« J’ai vu ce chemin avec cet arbre… C’est un paysage assez banal mais j’ai senti le besoin de le dessiner. » C’est ainsi qu’Alan Levitt parle de son art de dessinateur : avec simplicité. Point de « théorie » alambiquée, point de « projet » compliqué mais la confession sincère, presque étonnée d’elle-même, de se sentir ému par tant de réalités composant l’environnement quotidien : arbres, animaux, personnes humaines. Et dans le sillage de l’émotion, l’obsession de restituer ce auprès de quoi le cœur, soudain, a été convoqué sans trop savoir comment ni pourquoi. J’ai ici en mémoire les paroles entendues dans la bouche d’un grand poète de notre temps, Philippe Jaccottet (1925-2021) : « Tout débute pour moi avec une émotion, avec l’impression d’être saisi par un phénomène du monde qui exige que je dise sa beauté et sa vérité dans un poème. Sans émotion première, il n’y a pas, chez moi, nécessité d’écrire. »
On sait que la simplicité d’une démarche artistique et la clarté de l’intention qui la guide n’exclut en rien l’acuité et la profondeur du regard. Il est frappant de constater que beaucoup des dessins d’Alan Levitt paraissent exprimer l’expérience vécue d’un face-à-face. Affirmer que cela traduit seulement la position de l’artiste quand il crée serait réducteur. L’essentiel est ailleurs, dans l’effet de surgissement que la représentation du face-à-face permet. Dans de nombreux dessins, ce qui est figuré possède l’intensité d’un événement à la fois imprévisible, indéniable et puissant. Chaque œuvre est habitée par la conscience du mystère de l’apparition de la chose représentée. Qu’on regarde ces superbes vaches et ces incroyables arbres de Colombie, dans leur consistance et leur densité pourtant empreintes de légèreté et de douceur : leur netteté et leur évidence s’accompagnent du mystère indicible de leur présence. « D’où surgis-tu ? De quel abîme ou bien de quel Dieu inconnu ? De quel néant ou de quelle lumière ? » a-t-on envie de leur demander. Et mon avis est que de telles questions sont celles que l’artiste lui-même se pose. Peut-être consciemment, peut-être inconsciemment, je ne sais. Dans tous les cas, nous avons ici affaire à un contemplatif rompu à l’observation passionnée du monde : le contraire, en somme, d’un esprit distrait ou d’un métaphysicien. Une secrète inquiétude traverse les différentes œuvres comme si l’existence des objets dessinés tenait à quelque événement originel une fois pour toutes inaccessible à la pensée.

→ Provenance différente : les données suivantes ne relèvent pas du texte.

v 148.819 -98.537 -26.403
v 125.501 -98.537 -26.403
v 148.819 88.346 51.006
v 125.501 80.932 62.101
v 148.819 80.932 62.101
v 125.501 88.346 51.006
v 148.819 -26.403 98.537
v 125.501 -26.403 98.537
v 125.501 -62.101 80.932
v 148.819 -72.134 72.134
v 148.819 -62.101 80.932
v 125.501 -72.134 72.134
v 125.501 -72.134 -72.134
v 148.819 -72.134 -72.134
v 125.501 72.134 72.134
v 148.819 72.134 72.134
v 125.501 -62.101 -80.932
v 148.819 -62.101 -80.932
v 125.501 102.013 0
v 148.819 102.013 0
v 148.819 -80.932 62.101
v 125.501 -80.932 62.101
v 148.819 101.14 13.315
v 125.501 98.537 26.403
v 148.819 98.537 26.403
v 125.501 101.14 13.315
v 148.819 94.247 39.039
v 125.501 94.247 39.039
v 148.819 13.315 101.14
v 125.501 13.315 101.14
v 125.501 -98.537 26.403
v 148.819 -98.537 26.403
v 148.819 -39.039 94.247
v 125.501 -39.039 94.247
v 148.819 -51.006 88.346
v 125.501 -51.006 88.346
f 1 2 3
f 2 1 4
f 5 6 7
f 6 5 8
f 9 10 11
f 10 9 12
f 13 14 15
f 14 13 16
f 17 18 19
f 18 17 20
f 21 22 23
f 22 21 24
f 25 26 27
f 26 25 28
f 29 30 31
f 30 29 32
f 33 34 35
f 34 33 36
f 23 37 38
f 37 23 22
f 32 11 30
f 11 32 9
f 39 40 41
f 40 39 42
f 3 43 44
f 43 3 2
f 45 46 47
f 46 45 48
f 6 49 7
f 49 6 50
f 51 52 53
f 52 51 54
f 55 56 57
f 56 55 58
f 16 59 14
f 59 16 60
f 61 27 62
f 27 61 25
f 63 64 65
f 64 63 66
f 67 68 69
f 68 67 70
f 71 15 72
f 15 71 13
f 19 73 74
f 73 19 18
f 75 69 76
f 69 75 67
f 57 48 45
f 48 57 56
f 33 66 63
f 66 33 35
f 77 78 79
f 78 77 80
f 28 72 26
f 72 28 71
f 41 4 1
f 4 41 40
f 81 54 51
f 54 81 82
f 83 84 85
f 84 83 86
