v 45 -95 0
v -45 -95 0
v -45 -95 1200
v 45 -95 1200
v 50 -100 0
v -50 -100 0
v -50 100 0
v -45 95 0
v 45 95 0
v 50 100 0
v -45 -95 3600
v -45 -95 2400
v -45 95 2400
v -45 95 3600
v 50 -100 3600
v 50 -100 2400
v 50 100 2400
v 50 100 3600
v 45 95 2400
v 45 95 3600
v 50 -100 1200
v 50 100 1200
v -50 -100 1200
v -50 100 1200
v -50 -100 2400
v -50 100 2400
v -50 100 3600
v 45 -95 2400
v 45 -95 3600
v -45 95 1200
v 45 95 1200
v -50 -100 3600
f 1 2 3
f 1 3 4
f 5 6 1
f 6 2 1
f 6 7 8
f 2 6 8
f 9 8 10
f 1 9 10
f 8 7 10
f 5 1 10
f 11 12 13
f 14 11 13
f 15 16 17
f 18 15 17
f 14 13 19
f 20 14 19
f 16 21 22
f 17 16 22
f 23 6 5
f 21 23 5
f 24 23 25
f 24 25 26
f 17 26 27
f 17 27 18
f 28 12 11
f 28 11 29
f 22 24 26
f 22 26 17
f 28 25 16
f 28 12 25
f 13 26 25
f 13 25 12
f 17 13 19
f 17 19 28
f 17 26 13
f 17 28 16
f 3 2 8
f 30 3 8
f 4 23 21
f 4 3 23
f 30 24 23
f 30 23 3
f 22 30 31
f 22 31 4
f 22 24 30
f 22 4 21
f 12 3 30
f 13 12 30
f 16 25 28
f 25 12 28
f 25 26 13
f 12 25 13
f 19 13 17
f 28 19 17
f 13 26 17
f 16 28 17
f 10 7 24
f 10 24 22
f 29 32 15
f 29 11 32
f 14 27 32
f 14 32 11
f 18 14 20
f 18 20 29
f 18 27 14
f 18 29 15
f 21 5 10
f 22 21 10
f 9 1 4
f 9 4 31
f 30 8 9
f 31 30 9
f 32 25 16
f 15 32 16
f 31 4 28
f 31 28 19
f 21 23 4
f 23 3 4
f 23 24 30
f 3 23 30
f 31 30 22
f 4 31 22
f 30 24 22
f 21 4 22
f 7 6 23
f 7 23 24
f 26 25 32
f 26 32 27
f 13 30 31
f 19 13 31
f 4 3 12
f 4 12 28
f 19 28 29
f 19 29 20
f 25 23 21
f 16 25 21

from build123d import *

# Parameters (mm, degrees)
SKETCH_2_W      = 100
SKETCH_2_H      = 200
SKETCH_2_W_2    = 90
SKETCH_2_H_2    = 190
EXTRUDE_1_DEPTH = 1200
EXTRUDE_START   = 1200
SKETCH_2_2_W    = 100
SKETCH_2_2_H    = 200
SKETCH_2_2_W_2  = 90
SKETCH_2_2_H_2  = 190
EXTRUDE_2_DEPTH = 1200
EXTRUDE_START_2 = 2400
SKETCH_2_3_W    = 100
SKETCH_2_3_H    = 200
SKETCH_2_3_W_2  = 90
SKETCH_2_3_H_2  = 190
EXTRUDE_3_DEPTH = 1200


with BuildPart() as part:
    # Эскиз2 → Бобышка-Вытянуть1 (new body)
    with BuildSketch(Plane.XY):
        Rectangle(SKETCH_2_W, SKETCH_2_H)
        Rectangle(SKETCH_2_W_2, SKETCH_2_H_2, mode=Mode.SUBTRACT)
    extrude(amount=EXTRUDE_1_DEPTH)


with BuildPart() as body_2:
    # Эскиз2<2> → Бобышка-Вытянуть2 (new body)
    with BuildSketch(Plane.XY.offset(EXTRUDE_START)):
        Rectangle(SKETCH_2_2_W, SKETCH_2_2_H)
        Rectangle(SKETCH_2_2_W_2, SKETCH_2_2_H_2, mode=Mode.SUBTRACT)
    extrude(amount=EXTRUDE_2_DEPTH)


with BuildPart() as body_3:
    # Эскиз2<3> → Бобышка-Вытянуть3 (new body)
    with BuildSketch(Plane.XY.offset(EXTRUDE_START_2)):
        Rectangle(SKETCH_2_3_W, SKETCH_2_3_H)
        Rectangle(SKETCH_2_3_W_2, SKETCH_2_3_H_2, mode=Mode.SUBTRACT)
    extrude(amount=EXTRUDE_3_DEPTH)


solid = Compound([part.part, body_2.part, body_3.part])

Un autre aspect marquant de cette série tient au fait que de nombreux dessins représentent moins des scènes que des réalités singulières, certes reliées à leur environnement naturel immédiat, mais néanmoins étrangement détachées de celui-ci. Ainsi de chacun des arbres ou de chacune des vaches qui, bien que saisis dans le réseau de leur milieu vital, en sont cependant extraits et avancés vers nous, spectateurs, dès lors sommés de questionner le sens de cette rencontre impromptue, voire dérangeante. Ce procédé de représentation confère aux figures principales des œuvres une aura de solitude accentuée sans doute par le silence et l’immobilité qui les imprègnent et que l’art d’Alan Levitt a l’étonnant pouvoir de rendre sensible. Le silence notamment, qu’on devine dans les yeux perçants et aux aguets des visages d’hommes masqués qui semblent être pris dans l’impossibilité de délivrer la pensée qui les tenaille. Comme s’ils patientaient, comme s’ils attendaient que de plus loin survienne l’irruption d’un appel ou d’une parole imprononçable par eux-mêmes. Est-ce une chaleur étouffante qui retient ces êtres au seuil du mouvement et de la communication ?

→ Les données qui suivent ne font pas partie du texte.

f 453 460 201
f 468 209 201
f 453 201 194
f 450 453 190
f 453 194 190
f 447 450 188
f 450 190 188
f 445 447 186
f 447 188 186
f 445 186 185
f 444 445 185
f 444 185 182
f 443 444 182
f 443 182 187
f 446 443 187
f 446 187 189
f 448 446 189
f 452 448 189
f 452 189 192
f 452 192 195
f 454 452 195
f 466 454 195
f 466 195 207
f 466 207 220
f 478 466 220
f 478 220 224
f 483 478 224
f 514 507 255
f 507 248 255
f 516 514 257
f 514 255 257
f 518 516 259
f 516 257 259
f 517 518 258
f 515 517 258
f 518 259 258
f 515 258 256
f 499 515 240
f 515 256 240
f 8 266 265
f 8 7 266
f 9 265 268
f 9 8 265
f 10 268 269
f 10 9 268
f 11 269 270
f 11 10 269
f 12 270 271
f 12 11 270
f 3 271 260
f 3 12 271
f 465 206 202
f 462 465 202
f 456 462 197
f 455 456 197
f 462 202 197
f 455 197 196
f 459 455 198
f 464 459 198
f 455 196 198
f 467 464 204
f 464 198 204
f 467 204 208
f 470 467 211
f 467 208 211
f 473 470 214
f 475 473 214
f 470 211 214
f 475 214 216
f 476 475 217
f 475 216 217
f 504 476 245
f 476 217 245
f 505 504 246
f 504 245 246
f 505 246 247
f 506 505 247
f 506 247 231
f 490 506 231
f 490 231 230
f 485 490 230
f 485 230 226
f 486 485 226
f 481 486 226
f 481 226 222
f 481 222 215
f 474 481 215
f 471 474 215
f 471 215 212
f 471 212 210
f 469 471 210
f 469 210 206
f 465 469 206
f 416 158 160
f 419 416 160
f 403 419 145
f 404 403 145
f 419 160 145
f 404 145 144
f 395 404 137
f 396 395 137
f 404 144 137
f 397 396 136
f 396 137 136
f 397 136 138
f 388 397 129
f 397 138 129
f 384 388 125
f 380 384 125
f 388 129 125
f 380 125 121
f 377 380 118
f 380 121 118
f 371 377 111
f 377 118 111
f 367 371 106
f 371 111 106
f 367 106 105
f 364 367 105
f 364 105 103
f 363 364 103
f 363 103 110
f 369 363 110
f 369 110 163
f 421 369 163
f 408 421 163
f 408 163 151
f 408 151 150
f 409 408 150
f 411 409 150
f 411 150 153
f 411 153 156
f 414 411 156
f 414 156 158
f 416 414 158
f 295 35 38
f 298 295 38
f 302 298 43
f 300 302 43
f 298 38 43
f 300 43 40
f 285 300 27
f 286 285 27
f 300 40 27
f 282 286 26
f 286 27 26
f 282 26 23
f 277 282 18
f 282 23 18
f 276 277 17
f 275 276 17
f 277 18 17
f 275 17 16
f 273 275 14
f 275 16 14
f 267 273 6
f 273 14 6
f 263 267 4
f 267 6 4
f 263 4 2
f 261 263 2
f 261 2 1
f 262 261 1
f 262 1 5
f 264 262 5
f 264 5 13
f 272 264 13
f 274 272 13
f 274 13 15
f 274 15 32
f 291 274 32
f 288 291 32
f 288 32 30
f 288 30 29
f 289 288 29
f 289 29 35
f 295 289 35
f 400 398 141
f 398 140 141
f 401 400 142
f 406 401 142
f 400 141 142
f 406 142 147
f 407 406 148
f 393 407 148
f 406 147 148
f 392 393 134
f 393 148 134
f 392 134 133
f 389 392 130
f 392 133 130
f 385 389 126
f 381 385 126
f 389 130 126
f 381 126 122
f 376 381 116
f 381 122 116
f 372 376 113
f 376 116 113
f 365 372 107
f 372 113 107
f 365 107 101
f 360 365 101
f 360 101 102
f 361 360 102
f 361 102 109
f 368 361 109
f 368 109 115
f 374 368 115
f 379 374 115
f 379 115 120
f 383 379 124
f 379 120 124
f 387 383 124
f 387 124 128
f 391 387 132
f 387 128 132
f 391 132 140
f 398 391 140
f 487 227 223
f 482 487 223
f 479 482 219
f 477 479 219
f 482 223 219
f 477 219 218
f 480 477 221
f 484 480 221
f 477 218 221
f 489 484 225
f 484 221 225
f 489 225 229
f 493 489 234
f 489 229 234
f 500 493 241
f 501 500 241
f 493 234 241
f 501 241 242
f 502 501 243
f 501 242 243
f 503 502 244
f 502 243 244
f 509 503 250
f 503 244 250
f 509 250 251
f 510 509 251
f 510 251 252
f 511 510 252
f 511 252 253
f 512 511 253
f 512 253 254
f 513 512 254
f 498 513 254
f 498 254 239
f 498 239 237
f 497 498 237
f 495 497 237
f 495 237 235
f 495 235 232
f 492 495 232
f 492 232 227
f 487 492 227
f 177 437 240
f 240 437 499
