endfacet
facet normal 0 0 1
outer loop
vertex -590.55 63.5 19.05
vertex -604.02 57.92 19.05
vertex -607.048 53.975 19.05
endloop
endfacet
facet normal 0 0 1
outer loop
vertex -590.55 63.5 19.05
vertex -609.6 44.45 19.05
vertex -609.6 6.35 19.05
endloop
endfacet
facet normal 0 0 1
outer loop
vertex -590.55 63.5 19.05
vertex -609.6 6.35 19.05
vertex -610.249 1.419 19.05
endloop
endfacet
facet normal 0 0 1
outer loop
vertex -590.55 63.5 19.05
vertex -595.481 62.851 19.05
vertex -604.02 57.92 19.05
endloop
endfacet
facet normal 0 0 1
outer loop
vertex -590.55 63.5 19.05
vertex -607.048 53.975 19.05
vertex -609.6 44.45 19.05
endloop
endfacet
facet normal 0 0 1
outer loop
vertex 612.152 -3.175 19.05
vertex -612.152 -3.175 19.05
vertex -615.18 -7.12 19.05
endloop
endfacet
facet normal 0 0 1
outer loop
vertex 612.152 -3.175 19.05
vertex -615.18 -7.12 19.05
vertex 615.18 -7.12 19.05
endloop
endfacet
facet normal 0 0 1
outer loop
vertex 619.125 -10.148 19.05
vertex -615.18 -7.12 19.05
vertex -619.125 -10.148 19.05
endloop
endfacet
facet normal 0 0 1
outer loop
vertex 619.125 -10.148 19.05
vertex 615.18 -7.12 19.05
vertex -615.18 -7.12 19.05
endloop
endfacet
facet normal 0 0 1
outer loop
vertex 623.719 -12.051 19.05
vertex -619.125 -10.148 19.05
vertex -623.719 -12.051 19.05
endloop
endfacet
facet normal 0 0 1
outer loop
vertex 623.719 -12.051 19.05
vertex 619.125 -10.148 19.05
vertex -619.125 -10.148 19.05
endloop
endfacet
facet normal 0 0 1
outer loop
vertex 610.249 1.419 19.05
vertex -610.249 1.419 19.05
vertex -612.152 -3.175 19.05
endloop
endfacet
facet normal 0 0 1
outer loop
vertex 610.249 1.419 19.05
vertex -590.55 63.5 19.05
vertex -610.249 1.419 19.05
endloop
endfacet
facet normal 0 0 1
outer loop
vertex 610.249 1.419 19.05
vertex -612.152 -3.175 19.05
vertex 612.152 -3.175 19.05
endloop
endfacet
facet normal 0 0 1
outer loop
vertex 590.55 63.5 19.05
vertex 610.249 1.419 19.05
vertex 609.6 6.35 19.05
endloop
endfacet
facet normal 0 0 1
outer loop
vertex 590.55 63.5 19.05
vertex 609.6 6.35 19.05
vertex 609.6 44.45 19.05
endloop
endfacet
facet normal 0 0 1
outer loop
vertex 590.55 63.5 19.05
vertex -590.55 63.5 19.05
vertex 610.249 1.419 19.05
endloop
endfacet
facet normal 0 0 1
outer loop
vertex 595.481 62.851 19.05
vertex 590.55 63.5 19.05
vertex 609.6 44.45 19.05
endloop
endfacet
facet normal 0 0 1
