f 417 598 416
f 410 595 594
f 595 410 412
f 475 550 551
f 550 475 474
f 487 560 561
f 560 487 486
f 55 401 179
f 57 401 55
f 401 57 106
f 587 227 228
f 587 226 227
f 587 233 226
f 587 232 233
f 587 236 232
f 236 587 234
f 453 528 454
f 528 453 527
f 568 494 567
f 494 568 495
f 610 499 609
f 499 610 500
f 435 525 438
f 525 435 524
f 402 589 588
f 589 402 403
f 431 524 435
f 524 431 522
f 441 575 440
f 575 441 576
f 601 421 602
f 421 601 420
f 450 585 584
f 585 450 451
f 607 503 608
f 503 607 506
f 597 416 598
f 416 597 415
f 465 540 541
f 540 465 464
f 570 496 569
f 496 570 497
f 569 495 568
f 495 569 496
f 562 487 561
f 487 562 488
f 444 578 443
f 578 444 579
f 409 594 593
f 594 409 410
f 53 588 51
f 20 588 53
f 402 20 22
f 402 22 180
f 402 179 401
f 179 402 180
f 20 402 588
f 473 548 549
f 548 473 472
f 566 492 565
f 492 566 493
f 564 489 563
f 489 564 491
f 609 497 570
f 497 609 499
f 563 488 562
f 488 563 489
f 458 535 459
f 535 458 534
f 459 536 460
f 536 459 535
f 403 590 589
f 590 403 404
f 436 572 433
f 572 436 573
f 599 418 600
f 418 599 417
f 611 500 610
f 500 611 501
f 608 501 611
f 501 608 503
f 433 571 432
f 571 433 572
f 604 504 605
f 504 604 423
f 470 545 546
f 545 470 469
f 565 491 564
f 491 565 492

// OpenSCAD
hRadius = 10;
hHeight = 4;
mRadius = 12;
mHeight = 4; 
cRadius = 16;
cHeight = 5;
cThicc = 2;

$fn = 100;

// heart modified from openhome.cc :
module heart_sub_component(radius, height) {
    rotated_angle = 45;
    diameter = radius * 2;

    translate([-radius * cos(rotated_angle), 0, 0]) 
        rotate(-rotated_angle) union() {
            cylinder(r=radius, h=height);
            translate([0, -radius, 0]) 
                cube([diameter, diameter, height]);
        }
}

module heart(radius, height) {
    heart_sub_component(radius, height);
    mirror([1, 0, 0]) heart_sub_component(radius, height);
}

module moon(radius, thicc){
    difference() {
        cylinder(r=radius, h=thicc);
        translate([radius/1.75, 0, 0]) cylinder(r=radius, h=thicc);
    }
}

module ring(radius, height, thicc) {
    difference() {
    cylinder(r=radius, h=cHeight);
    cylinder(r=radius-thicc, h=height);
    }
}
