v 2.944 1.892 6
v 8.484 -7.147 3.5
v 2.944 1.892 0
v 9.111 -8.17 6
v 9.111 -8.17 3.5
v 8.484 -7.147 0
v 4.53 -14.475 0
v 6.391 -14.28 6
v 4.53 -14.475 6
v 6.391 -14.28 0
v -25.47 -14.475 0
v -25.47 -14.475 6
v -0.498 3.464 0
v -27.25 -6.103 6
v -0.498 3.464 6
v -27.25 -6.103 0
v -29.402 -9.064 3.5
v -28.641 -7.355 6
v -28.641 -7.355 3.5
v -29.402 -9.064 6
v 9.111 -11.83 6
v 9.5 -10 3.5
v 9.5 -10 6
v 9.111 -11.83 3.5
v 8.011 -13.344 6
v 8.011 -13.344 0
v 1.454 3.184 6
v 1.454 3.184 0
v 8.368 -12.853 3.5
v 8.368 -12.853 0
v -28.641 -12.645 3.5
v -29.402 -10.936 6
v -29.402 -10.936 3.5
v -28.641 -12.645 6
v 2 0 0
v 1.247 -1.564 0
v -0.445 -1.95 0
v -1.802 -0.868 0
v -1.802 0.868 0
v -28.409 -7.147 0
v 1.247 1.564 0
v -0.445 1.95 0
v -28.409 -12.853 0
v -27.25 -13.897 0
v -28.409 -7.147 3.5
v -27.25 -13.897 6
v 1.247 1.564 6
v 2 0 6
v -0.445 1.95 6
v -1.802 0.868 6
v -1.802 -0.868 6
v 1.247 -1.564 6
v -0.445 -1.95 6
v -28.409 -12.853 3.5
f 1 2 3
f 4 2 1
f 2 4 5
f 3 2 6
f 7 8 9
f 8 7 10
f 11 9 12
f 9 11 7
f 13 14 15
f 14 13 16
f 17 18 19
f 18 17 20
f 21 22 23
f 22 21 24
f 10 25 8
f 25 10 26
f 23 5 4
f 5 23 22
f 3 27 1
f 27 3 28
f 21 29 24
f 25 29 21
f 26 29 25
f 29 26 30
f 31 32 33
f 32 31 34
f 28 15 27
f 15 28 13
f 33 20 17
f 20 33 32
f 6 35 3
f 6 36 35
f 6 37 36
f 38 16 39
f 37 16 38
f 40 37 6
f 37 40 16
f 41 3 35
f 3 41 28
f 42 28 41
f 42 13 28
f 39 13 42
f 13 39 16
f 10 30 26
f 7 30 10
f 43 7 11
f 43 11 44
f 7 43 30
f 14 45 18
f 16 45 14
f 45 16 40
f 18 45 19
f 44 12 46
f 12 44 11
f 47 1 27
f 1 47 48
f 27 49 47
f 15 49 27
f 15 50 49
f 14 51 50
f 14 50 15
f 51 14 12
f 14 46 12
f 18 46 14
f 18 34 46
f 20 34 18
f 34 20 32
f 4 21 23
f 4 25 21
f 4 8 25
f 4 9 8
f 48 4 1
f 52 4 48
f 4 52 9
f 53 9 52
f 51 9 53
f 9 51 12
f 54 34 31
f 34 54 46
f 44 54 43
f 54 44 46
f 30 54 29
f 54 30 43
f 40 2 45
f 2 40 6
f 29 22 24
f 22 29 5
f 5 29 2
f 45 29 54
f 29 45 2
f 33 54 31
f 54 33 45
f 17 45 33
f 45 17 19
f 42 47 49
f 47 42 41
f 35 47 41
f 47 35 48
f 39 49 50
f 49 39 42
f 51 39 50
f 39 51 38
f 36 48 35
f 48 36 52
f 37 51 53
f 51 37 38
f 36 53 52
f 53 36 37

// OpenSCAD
// file: config.scad
e = 0.01;

// Real Sterilite Tote Size
//toteHeight = 125;
//toteTopWidth = 200;
//toteBottomWidth = 155;
//toteTopLength = 355;
//toteBottomLength = 300;

// Scaled Size
toteHeight = 30;
toteTopWidth = 60;
toteBottomWidth = 45;
toteTopLength = 105;
toteBottomLength = 90;

// Parameters
fingerHeight = 5;
fingerClearance = 5;

armatureHeight = 10;
armatureThickness = 20;

baseHeight = 20;
baseThickness = 10;

boltDiameter = 3;
pinDiameter = 4;

base2Height = 20;

totesPerRow = 3;
// main file
include <config.scad>;

module armSlide() {
  translate([0, -5 - armatureHeight/2, 0])
    difference() {
      hull() {
        translate([-25, 0, 0])
          cylinder(d = armatureHeight - 1, h = 6);
        translate([5, 0, 0])
          cylinder(d = armatureHeight - 1, h = 6);
        translate([0, 5 + armatureHeight/2, 0])
          cylinder(d = 7, h = 6);
      }

      hull() {
        translate([-(25 + 5), 0, -e])
          cylinder(d = 6, h = 3.5 + e);
        translate([5 + 5, 0, -e])
          cylinder(d = 6, h = 3.5 + e);
      }
      translate([0, 5 + armatureHeight/2, -e])
        cylinder(d = 4, h = 6 + 2*e);
    }
}

armSlide();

Sans être des symboles, c’est-à-dire des signes se référant précisément à autre chose qu’elles, les oeuvres ici présentées paraissent contenir plus qu’elles-mêmes. « Contenir » n’est pas le mot juste. Leur atmosphère est riche d’une annonce davantage temporelle que spatiale. « Nous sommes en sursis, nous sommes au seuil d’un grand événement à venir » crient silencieusement ces dessins. Et dès lors, nous voici nous-mêmes projetés au seuil de la plus grande de toutes les interrogations : est-ce la mort ou est-ce la rédemption qui s’annoncent à travers les lignes précaires et tremblantes de nos vies ?
Comme chacun de nous, Alan Levitt patiente, attendant que le monde nous livre la clef de sa brûlante énigme. Il sait que cette attente est le contraire d’une fuite, qu’elle demande, pour être véritable, que nos forces se dépensent à rendre aux choses l’hommage que leur beauté exige.
Foucauld Giuliani
Auteur de Une promesse de lumière. Lecture de Philippe Jaccottet (Éd. Club des poètes, 2021) et de La Communion qui vient (Éd. Le Seuil, 2021)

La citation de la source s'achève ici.